Abstract

Germline genome defense evolves to recognize and suppress retrotransposons. One of defensive mechanisms is the PIWI-associated RNA (piRNA) pathway, which employs small RNAs for sequence-specific repression. The loss of the piRNA pathway in mice causes male sterility while females remain fertile. Unlike spermatogenic cells, mouse oocytes posses also RNA interference (RNAi), another small RNA pathway capable of retrotransposon suppression. To examine whether RNAi compensates the loss of the piRNA pathway, we produced a new RNAi pathway mutant DicerSOM and crossed it with a catalytically-dead mutant of Mili, an essential piRNA gene. Normal follicular and oocyte development in double mutants showed that RNAi does not suppress a strong ovarian piRNA knock-out phenotype.
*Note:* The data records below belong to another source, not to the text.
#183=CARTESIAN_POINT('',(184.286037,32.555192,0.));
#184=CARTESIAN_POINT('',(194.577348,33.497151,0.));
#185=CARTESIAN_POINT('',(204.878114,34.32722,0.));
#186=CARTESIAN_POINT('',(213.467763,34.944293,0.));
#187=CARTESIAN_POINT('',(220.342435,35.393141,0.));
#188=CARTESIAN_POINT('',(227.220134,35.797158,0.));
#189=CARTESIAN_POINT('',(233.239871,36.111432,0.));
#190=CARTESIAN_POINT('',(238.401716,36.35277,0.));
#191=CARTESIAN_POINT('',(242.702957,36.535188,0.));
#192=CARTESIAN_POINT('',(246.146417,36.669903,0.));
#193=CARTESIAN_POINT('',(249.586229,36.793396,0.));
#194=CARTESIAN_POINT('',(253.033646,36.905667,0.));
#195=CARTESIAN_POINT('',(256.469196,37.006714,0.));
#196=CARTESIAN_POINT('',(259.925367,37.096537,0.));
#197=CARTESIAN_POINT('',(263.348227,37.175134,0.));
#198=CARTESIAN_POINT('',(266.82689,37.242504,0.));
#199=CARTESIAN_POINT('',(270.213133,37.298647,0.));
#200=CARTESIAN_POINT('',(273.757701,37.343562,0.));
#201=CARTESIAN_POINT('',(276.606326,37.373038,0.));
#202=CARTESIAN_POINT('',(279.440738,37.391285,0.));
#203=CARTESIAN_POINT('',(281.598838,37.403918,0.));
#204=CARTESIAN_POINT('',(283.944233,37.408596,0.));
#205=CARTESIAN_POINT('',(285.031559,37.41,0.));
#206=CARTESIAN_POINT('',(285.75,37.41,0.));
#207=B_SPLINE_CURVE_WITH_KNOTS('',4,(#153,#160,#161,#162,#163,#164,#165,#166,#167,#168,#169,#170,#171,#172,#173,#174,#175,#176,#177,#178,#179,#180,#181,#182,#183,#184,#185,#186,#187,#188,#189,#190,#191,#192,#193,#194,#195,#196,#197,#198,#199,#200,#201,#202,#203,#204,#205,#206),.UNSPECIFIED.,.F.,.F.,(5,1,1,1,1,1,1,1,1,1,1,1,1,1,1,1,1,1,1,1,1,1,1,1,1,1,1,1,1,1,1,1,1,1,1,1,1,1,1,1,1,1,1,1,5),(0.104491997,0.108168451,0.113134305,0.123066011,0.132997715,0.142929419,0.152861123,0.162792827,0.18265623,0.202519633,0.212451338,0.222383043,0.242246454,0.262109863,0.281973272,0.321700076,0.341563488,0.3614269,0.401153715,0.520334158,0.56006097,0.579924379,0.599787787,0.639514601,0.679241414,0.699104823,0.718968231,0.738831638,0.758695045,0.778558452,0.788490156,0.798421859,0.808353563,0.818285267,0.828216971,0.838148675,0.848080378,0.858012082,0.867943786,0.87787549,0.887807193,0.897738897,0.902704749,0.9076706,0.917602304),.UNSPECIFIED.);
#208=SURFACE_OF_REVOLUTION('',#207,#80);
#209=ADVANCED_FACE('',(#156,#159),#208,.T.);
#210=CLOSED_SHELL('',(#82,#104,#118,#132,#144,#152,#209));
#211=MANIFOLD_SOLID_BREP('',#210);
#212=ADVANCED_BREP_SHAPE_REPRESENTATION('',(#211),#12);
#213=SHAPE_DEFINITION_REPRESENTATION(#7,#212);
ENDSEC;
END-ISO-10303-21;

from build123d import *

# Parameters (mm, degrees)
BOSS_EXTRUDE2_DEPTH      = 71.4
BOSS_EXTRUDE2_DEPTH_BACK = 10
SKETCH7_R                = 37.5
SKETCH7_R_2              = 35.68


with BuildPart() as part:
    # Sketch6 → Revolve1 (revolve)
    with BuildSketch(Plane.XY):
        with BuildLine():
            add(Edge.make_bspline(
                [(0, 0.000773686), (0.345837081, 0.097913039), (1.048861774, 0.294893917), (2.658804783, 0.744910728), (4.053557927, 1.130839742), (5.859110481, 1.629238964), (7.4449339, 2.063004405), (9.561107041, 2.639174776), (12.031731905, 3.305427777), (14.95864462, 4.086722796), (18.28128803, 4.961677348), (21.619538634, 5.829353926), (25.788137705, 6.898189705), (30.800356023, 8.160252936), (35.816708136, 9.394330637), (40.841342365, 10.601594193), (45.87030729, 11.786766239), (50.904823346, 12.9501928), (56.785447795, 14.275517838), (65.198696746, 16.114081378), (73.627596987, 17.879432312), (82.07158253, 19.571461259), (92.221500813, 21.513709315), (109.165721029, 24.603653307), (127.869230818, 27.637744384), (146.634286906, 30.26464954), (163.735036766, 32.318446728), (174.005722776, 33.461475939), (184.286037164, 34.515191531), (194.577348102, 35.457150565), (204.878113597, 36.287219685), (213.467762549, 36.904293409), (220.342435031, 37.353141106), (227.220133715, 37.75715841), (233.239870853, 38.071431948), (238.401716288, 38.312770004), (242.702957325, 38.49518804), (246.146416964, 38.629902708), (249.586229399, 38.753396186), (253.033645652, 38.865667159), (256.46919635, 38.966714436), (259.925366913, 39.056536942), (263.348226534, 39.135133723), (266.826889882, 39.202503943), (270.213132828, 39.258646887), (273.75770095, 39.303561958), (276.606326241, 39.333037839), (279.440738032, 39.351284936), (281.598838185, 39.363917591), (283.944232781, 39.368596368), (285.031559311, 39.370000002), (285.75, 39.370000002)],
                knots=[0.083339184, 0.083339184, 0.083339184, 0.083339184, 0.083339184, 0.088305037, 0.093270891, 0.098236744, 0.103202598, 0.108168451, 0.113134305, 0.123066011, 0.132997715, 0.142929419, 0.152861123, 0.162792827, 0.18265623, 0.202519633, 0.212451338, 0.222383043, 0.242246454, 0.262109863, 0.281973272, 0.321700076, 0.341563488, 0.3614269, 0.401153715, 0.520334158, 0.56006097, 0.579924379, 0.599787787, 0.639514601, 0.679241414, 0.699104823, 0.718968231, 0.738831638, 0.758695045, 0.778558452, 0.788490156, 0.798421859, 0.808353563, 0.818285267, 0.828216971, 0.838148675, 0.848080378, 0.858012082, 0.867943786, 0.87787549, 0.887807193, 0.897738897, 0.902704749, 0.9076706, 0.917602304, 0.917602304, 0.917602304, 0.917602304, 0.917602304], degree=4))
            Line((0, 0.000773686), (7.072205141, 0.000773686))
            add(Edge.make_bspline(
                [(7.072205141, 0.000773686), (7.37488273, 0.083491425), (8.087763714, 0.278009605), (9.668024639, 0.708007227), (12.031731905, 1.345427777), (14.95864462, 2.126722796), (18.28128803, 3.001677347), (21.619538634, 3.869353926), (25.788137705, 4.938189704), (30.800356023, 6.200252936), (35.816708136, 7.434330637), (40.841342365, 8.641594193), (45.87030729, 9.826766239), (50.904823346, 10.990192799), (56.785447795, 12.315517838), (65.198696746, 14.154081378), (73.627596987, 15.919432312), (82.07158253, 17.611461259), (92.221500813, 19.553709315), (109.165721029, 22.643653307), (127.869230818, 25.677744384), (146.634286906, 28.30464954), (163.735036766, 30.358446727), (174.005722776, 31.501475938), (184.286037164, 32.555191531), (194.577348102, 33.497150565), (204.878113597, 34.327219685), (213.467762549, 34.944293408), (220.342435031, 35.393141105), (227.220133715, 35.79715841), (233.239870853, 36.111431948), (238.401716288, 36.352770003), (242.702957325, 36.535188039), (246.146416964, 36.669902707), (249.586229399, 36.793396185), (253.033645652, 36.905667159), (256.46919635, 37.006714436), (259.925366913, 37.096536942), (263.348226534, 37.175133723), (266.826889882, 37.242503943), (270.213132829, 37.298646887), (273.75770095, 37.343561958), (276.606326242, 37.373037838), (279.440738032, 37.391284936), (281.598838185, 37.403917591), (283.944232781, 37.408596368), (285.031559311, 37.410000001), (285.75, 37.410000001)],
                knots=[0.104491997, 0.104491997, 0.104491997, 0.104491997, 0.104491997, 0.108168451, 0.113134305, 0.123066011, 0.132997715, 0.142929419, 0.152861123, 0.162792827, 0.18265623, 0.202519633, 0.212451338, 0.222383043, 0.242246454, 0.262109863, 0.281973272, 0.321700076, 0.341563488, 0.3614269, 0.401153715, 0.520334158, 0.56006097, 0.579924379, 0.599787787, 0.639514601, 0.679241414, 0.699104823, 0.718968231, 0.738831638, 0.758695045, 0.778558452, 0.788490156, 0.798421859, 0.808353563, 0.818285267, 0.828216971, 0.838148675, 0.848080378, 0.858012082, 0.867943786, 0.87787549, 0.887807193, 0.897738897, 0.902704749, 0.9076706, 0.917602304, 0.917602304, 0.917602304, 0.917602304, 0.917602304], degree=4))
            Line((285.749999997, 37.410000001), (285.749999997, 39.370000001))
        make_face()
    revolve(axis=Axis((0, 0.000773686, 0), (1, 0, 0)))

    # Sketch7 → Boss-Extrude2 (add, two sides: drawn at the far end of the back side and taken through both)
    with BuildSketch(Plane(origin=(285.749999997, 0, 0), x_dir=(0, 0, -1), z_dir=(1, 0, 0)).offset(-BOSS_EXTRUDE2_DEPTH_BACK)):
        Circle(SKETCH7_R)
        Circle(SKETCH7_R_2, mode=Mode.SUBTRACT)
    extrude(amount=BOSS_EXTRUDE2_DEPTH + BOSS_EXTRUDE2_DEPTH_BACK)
However, we observed redundant and non-redundant targeting of specific retrotransposon families illustrating stochasticity of recognition and targeting of invading retrotransposons. Intracisternal A Particle retrotransposon was mainly targeted by the piRNA pathway, MaLR and RLTR10 retrotransposons were targeted mainly by RNAi. Double mutants showed accumulations of LINE-1 retrotransposon transcripts. However, we did not find strong evidence for transcriptional activation and mobilization of retrotransposition competent LINE-1 elements suggesting that while both defense pathways are simultaneously expendable for ovarian oocyte development, yet another transcriptional silencing mechanism prevents mobilization of LINE-1 elements.